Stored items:
###

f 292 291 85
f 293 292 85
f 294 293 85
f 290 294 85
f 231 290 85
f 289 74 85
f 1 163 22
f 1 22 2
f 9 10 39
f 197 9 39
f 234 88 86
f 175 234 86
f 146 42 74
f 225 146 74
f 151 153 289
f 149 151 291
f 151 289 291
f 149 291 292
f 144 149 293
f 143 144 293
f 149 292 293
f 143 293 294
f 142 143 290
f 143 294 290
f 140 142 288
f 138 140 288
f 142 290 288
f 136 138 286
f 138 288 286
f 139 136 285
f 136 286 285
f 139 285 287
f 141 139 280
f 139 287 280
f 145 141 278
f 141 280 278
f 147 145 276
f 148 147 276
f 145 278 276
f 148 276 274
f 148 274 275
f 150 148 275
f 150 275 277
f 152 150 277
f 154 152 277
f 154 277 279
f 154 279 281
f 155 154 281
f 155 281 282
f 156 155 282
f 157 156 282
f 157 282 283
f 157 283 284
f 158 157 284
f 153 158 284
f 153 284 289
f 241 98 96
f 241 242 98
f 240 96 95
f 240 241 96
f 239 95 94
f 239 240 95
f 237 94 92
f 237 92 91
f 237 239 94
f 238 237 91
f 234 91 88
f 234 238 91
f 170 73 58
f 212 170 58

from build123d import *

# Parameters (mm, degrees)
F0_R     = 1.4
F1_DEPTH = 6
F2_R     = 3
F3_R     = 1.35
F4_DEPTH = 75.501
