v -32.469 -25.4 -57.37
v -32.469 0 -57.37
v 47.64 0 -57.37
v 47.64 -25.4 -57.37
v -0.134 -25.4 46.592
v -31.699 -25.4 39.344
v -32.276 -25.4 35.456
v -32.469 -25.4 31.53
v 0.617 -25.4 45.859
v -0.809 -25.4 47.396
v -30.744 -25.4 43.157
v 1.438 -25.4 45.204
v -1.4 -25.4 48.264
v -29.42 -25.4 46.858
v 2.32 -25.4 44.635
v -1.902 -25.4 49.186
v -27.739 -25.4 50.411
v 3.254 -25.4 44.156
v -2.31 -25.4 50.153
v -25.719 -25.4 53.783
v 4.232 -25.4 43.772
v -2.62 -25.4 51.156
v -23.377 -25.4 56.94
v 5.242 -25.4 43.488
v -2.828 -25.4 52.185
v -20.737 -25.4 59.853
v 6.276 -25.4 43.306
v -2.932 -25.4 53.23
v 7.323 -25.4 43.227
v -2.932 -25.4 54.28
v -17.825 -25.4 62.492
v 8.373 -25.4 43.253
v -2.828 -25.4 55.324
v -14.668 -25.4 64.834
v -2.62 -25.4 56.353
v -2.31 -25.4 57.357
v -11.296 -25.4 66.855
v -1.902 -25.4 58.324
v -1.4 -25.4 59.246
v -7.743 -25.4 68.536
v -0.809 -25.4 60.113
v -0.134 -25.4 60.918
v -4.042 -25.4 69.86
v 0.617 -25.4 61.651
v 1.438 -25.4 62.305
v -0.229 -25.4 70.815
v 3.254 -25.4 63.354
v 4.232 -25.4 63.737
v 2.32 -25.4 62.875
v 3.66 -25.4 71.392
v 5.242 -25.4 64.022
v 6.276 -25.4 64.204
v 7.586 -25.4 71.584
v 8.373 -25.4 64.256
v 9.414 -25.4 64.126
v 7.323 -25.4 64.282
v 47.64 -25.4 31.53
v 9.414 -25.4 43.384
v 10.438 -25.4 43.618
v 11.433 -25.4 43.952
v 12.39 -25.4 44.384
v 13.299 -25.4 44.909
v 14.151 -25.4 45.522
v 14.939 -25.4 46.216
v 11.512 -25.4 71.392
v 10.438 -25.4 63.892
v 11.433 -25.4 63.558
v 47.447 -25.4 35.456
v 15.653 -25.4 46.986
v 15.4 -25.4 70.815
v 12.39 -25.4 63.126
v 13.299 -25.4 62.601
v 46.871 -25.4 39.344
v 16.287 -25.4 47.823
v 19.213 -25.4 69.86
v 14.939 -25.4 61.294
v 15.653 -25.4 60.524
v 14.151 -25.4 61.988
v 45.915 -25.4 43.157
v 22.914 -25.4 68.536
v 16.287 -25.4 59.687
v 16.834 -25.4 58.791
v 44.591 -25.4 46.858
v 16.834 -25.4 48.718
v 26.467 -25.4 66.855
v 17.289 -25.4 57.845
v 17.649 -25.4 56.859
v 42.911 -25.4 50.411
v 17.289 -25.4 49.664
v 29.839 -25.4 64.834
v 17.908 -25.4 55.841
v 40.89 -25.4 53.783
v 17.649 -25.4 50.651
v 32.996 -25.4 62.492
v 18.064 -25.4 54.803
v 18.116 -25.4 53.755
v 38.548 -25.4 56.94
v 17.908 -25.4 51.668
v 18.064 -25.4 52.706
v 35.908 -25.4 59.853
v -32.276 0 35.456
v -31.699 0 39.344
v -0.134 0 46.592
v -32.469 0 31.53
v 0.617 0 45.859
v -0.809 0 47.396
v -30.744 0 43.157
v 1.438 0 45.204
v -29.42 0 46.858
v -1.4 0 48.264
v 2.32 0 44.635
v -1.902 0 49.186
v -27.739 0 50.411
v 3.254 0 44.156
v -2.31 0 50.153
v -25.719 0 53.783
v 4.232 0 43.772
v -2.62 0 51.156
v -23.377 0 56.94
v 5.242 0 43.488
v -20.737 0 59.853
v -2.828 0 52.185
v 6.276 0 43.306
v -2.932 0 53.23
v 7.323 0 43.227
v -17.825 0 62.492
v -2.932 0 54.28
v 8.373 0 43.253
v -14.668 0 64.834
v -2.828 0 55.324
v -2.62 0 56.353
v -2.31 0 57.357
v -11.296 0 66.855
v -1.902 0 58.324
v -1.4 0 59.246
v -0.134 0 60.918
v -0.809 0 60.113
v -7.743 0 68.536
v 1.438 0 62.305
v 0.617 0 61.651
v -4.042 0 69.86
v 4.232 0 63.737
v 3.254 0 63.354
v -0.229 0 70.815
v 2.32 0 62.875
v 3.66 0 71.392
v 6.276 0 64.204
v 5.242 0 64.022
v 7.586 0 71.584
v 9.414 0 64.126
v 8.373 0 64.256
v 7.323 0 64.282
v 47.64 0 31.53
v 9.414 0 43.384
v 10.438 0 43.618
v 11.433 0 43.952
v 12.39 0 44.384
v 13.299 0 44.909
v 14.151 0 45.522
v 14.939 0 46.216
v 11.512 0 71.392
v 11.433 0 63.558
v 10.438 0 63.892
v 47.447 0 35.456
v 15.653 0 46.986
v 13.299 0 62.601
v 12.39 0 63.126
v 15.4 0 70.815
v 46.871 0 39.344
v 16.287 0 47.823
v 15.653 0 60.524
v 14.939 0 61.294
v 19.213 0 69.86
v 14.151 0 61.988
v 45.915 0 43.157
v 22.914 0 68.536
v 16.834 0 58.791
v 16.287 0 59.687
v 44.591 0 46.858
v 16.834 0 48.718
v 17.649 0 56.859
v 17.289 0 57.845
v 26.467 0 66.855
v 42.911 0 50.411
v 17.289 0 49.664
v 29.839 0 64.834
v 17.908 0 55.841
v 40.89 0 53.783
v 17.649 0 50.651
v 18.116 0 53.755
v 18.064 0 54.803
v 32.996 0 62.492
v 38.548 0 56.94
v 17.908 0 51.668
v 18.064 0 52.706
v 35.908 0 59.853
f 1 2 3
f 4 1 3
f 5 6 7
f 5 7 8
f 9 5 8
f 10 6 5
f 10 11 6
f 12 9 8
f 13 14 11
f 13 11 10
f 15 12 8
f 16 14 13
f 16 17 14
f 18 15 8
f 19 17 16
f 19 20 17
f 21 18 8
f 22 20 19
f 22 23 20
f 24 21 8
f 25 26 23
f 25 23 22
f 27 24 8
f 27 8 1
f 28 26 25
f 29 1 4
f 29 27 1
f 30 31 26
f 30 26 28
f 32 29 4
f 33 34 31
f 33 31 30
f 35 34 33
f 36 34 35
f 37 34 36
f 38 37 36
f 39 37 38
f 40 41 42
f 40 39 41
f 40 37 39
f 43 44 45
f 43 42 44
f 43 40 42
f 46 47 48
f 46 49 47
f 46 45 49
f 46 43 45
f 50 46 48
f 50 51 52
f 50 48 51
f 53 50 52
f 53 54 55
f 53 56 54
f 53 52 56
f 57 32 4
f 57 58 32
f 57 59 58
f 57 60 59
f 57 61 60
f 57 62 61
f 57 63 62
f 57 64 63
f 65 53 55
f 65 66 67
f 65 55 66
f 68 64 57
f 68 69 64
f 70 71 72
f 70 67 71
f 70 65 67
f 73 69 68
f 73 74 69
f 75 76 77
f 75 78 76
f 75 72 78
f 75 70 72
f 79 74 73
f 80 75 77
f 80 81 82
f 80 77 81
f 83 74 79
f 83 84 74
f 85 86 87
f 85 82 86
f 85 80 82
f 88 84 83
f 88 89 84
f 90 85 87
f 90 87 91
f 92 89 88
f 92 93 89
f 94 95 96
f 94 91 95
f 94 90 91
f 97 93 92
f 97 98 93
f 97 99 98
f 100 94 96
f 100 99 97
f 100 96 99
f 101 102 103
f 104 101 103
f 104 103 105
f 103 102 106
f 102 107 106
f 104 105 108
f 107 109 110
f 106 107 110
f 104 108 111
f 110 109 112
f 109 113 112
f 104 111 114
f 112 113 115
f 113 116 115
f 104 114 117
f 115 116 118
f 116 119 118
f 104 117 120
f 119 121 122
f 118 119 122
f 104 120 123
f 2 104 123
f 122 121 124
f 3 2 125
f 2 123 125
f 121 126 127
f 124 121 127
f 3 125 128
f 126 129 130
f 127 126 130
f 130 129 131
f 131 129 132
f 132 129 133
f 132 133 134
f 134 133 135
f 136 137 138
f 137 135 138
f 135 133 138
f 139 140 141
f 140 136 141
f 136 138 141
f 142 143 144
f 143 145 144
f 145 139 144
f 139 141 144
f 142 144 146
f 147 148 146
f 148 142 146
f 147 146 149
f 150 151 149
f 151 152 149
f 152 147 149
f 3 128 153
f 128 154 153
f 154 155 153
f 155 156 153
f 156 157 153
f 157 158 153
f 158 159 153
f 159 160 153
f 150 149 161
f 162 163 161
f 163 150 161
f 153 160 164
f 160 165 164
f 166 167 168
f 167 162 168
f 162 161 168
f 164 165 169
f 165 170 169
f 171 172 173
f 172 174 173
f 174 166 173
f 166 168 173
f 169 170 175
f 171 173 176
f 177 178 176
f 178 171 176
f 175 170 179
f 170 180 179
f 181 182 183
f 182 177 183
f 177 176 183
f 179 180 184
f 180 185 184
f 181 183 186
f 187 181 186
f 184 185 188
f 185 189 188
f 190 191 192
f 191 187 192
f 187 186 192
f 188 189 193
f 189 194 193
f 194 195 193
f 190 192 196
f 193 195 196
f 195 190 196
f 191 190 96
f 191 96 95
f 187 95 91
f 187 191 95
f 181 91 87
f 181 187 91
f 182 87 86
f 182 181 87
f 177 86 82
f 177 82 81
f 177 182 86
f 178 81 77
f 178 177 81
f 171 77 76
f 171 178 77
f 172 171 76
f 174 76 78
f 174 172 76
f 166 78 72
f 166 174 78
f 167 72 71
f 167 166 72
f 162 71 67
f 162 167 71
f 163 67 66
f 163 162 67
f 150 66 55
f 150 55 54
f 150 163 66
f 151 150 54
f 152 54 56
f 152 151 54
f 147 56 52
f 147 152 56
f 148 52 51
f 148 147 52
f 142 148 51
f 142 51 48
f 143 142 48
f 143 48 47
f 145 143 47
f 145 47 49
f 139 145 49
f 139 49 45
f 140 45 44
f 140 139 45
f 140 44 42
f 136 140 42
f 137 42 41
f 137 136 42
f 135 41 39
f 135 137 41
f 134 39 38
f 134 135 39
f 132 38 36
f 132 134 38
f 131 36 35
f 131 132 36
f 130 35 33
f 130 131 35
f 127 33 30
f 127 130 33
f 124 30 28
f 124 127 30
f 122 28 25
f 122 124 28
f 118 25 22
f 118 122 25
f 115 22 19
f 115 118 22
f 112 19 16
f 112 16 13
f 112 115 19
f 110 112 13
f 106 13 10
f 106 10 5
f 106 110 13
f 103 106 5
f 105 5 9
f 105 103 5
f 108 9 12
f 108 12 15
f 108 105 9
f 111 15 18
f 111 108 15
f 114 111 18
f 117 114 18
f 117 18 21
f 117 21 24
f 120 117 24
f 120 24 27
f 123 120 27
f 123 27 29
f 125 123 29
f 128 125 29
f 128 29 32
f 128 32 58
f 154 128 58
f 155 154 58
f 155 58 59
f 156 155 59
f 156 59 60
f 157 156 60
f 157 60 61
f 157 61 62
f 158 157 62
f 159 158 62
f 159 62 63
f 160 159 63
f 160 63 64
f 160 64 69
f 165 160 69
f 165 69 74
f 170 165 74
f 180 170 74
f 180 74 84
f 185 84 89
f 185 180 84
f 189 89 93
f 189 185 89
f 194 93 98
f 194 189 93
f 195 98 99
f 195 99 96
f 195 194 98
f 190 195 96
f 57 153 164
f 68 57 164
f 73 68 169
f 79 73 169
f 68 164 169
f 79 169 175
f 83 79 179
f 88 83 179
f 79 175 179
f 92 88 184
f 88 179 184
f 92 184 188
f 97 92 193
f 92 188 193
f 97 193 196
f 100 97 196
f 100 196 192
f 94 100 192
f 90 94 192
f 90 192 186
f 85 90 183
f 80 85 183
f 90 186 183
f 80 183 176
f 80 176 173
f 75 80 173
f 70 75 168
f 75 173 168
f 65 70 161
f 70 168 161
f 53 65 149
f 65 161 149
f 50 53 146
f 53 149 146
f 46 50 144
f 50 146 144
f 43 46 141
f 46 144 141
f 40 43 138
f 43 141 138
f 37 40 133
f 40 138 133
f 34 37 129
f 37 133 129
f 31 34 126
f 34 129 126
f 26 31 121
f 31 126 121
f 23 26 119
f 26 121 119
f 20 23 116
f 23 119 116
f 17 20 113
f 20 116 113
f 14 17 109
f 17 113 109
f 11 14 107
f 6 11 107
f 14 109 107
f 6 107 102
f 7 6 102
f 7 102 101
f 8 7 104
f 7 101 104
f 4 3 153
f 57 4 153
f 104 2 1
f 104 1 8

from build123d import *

# Parameters (mm, degrees)
F0_R     = 10.530807
F0_W     = 80.109231
F0_H     = 88.9
F1_DEPTH = 25.4


with BuildPart() as f1:
    # F0 (on Front) → F1 (new body)
    with BuildSketch(Plane.XZ):
        with BuildLine():
            ThreePointArc((47.640182, 31.529863), (7.585566, 71.584478), (-32.469049, 31.529863))
            Line((-32.469049, 31.529863), (47.640182, 31.529863))
        make_face()
        with Locations((7.585566, 53.75486)):
            Circle(F0_R, mode=Mode.SUBTRACT)
        with Locations((7.585566, -12.920137)):
            Rectangle(F0_W, F0_H)
    extrude(amount=F1_DEPTH)


solid = f1.part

###

Write out, from the lines above, only those from the line with "v 15.4 -25.4 70.815" to the line with "v 17.649 -25.4 50.651", exactly as given, including the first and the last.

v 15.4 -25.4 70.815
v 12.39 -25.4 63.126
v 13.299 -25.4 62.601
v 46.871 -25.4 39.344
v 16.287 -25.4 47.823
v 19.213 -25.4 69.86
v 14.939 -25.4 61.294
v 15.653 -25.4 60.524
v 14.151 -25.4 61.988
v 45.915 -25.4 43.157
v 22.914 -25.4 68.536
v 16.287 -25.4 59.687
v 16.834 -25.4 58.791
v 44.591 -25.4 46.858
v 16.834 -25.4 48.718
v 26.467 -25.4 66.855
v 17.289 -25.4 57.845
v 17.649 -25.4 56.859
v 42.911 -25.4 50.411
v 17.289 -25.4 49.664
v 29.839 -25.4 64.834
v 17.908 -25.4 55.841
v 40.89 -25.4 53.783
v 17.649 -25.4 50.651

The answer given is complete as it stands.